PROBLEM TO WORK ON: Reproduce exactly, from the data that follows, the line with "v 34.958 -16.835 4.87", the line with "v -30.194 24.079 4.87", and every line that lies between them.

### RECORDS SHOWN ###

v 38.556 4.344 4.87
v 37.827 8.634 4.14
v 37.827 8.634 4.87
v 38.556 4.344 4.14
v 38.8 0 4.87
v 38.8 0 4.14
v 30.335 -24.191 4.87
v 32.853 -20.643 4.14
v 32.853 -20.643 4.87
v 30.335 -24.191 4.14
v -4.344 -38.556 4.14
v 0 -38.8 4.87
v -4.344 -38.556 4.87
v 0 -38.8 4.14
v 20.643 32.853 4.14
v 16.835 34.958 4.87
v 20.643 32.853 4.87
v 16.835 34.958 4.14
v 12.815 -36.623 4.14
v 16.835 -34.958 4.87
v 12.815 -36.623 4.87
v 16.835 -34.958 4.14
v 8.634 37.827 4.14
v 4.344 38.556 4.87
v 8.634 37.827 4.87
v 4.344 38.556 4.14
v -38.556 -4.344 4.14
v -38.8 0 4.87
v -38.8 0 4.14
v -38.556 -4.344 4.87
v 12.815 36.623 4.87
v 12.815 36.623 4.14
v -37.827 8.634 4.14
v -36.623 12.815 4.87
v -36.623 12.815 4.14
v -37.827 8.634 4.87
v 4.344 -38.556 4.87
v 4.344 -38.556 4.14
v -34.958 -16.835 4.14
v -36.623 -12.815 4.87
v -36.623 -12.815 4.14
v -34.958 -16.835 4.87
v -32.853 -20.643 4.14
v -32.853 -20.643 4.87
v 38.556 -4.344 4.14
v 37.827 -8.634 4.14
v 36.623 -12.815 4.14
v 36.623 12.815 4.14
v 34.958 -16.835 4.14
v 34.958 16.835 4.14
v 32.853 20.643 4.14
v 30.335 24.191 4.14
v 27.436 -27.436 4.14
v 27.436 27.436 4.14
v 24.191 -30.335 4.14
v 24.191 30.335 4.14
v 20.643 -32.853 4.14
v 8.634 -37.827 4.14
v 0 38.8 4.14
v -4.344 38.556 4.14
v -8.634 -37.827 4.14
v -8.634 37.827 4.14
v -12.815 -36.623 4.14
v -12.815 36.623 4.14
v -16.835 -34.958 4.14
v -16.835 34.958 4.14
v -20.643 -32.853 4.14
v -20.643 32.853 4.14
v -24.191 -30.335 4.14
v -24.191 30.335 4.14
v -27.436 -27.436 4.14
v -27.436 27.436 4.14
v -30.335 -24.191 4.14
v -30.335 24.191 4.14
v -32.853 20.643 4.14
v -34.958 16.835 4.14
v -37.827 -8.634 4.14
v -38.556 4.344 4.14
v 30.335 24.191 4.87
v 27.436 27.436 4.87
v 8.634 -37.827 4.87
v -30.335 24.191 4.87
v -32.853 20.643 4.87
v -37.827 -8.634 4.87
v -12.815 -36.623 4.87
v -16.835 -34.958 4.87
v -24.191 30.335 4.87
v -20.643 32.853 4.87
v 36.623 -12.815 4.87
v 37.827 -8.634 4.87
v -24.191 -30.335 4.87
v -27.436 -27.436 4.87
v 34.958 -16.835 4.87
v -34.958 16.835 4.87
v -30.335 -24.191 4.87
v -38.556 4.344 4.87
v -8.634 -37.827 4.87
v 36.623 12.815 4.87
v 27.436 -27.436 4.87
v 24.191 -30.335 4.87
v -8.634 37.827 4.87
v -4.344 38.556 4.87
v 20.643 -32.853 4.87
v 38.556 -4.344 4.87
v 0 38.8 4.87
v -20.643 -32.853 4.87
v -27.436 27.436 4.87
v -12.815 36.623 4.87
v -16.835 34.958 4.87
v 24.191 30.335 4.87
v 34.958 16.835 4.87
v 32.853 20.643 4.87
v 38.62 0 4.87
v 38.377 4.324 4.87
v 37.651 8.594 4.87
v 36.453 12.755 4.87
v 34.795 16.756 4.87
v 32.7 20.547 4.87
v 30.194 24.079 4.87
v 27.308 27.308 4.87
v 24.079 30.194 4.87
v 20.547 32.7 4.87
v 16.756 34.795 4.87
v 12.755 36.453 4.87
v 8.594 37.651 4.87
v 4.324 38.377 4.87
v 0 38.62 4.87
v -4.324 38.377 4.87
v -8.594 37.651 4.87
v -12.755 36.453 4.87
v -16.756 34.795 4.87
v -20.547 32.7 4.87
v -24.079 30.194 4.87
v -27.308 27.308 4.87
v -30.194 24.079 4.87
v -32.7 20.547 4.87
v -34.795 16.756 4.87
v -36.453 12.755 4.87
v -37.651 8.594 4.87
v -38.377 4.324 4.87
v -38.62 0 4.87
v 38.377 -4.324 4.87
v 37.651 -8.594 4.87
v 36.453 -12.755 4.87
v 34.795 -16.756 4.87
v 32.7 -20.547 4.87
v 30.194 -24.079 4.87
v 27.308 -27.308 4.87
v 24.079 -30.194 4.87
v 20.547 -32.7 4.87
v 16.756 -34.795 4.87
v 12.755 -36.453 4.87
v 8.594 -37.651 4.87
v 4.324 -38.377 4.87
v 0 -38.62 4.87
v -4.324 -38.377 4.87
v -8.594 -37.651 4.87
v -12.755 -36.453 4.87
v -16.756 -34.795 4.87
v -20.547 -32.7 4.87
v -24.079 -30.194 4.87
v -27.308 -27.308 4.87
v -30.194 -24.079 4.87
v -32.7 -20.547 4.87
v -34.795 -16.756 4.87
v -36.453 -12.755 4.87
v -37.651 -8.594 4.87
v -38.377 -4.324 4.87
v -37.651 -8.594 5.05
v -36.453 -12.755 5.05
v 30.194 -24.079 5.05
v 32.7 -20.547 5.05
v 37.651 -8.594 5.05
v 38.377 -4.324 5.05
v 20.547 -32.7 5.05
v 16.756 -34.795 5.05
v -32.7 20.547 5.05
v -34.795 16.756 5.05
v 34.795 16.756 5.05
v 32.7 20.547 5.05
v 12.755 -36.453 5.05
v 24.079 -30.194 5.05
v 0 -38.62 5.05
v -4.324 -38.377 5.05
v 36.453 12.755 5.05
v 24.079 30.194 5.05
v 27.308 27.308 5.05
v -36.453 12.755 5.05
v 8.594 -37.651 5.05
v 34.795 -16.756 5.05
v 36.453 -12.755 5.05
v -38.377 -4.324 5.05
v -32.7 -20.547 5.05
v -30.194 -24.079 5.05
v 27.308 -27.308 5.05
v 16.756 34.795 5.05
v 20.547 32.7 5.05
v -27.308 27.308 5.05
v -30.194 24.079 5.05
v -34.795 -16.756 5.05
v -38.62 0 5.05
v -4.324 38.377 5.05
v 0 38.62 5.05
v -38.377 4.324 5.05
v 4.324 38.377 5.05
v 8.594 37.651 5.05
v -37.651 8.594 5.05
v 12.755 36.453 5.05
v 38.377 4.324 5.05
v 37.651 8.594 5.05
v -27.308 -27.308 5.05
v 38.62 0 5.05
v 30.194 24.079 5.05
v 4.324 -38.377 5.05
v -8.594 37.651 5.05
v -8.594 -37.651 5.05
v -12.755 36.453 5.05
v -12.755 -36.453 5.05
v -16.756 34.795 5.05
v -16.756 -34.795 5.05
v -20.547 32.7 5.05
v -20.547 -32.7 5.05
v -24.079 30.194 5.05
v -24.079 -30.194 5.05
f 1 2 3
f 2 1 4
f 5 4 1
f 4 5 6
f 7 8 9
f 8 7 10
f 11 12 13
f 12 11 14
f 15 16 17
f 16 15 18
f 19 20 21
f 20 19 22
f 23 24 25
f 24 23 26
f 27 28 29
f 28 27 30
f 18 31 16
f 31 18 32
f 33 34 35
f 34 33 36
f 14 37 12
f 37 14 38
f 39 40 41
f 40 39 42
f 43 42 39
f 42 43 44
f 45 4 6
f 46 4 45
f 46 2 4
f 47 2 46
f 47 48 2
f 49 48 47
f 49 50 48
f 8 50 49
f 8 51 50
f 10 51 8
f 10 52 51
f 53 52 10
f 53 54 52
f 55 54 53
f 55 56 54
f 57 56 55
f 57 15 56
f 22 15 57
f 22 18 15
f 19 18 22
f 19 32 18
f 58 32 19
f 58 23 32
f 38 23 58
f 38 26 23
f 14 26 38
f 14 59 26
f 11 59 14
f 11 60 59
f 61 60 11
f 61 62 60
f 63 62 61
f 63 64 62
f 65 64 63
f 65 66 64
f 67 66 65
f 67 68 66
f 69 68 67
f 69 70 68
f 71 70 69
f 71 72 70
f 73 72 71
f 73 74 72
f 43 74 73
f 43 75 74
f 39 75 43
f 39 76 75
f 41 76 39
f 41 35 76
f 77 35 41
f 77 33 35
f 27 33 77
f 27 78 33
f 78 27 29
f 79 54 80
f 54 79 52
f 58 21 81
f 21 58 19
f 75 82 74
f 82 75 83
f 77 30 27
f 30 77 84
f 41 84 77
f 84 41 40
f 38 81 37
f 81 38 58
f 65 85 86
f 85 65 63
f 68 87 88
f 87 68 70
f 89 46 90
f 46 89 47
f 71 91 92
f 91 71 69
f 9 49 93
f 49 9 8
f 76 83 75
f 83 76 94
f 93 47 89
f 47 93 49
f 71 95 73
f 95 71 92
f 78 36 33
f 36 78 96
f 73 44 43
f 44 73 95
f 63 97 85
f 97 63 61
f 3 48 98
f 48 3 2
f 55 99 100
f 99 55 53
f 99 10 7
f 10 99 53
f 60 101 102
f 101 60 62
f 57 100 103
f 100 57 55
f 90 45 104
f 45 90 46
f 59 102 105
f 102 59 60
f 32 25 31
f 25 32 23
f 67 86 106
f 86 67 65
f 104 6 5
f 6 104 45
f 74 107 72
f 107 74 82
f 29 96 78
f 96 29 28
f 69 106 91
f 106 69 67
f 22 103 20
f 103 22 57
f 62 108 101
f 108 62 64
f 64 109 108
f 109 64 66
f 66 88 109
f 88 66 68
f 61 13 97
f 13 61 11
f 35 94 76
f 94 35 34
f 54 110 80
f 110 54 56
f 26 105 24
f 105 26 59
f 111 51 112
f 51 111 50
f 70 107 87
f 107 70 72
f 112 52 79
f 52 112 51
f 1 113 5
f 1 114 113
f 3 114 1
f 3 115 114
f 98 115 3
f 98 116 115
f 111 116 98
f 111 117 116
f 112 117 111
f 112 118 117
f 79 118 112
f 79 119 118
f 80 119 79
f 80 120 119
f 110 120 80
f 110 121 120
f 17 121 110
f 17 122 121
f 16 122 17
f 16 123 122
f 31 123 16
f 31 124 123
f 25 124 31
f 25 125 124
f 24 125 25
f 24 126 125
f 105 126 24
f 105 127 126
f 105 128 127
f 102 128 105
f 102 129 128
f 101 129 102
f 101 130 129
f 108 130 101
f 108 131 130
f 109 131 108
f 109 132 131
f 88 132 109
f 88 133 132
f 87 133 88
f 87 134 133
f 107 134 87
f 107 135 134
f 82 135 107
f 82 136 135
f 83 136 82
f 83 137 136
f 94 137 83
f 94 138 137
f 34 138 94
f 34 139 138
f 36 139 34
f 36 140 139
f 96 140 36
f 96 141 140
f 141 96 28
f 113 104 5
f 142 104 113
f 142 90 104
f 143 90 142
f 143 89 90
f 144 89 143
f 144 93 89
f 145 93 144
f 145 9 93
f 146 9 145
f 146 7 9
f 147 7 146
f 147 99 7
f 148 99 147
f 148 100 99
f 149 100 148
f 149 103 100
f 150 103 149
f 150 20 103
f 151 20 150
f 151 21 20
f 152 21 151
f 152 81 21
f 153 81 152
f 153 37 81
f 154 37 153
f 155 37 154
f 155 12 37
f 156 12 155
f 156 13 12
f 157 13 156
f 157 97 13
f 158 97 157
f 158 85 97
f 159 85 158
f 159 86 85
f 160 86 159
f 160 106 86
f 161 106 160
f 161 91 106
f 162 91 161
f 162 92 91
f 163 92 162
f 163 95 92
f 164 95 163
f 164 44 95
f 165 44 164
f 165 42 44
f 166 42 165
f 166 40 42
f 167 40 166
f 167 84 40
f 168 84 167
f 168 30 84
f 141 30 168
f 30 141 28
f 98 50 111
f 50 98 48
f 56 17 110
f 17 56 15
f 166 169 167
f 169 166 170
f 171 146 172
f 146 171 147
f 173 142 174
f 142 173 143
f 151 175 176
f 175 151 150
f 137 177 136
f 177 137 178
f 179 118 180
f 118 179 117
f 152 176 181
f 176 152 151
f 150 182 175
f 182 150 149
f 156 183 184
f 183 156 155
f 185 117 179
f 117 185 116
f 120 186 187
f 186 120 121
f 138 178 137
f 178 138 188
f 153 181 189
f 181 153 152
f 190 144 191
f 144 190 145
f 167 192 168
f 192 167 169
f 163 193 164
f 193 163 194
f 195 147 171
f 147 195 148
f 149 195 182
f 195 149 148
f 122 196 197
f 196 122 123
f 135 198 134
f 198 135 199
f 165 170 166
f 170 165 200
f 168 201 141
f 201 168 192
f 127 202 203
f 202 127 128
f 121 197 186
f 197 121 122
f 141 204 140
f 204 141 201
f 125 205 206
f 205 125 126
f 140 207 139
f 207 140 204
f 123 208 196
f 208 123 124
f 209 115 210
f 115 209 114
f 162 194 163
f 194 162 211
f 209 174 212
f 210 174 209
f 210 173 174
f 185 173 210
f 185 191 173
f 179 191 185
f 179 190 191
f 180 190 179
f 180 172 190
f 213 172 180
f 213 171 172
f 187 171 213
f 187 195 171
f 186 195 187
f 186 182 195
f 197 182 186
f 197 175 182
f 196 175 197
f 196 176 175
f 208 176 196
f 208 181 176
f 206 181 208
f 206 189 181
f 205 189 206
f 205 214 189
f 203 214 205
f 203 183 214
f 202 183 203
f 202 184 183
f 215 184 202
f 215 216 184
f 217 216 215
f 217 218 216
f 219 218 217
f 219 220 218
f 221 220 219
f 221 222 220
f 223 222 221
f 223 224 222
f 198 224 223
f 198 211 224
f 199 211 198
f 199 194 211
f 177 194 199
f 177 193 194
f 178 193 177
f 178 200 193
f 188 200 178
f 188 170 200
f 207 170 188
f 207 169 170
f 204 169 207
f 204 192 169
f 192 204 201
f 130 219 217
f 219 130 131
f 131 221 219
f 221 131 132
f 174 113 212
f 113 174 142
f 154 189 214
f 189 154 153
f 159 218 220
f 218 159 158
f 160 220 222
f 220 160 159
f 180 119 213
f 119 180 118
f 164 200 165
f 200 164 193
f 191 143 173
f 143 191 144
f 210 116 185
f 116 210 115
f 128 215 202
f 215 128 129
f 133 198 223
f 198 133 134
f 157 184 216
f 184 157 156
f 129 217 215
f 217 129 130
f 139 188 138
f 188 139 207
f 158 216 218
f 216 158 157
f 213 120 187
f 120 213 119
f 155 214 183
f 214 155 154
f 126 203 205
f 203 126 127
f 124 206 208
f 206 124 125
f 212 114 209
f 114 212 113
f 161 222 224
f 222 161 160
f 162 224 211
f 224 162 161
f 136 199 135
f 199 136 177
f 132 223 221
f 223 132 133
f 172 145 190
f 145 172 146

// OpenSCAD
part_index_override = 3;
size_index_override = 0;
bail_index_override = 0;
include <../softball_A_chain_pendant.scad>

###

RESPONSE AREA:
v 34.958 -16.835 4.87
v -34.958 16.835 4.87
v -30.335 -24.191 4.87
v -38.556 4.344 4.87
v -8.634 -37.827 4.87
v 36.623 12.815 4.87
v 27.436 -27.436 4.87
v 24.191 -30.335 4.87
v -8.634 37.827 4.87
v -4.344 38.556 4.87
v 20.643 -32.853 4.87
v 38.556 -4.344 4.87
v 0 38.8 4.87
v -20.643 -32.853 4.87
v -27.436 27.436 4.87
v -12.815 36.623 4.87
v -16.835 34.958 4.87
v 24.191 30.335 4.87
v 34.958 16.835 4.87
v 32.853 20.643 4.87
v 38.62 0 4.87
v 38.377 4.324 4.87
v 37.651 8.594 4.87
v 36.453 12.755 4.87
v 34.795 16.756 4.87
v 32.7 20.547 4.87
v 30.194 24.079 4.87
v 27.308 27.308 4.87
v 24.079 30.194 4.87
v 20.547 32.7 4.87
v 16.756 34.795 4.87
v 12.755 36.453 4.87
v 8.594 37.651 4.87
v 4.324 38.377 4.87
v 0 38.62 4.87
v -4.324 38.377 4.87
v -8.594 37.651 4.87
v -12.755 36.453 4.87
v -16.756 34.795 4.87
v -20.547 32.7 4.87
v -24.079 30.194 4.87
v -27.308 27.308 4.87
v -30.194 24.079 4.87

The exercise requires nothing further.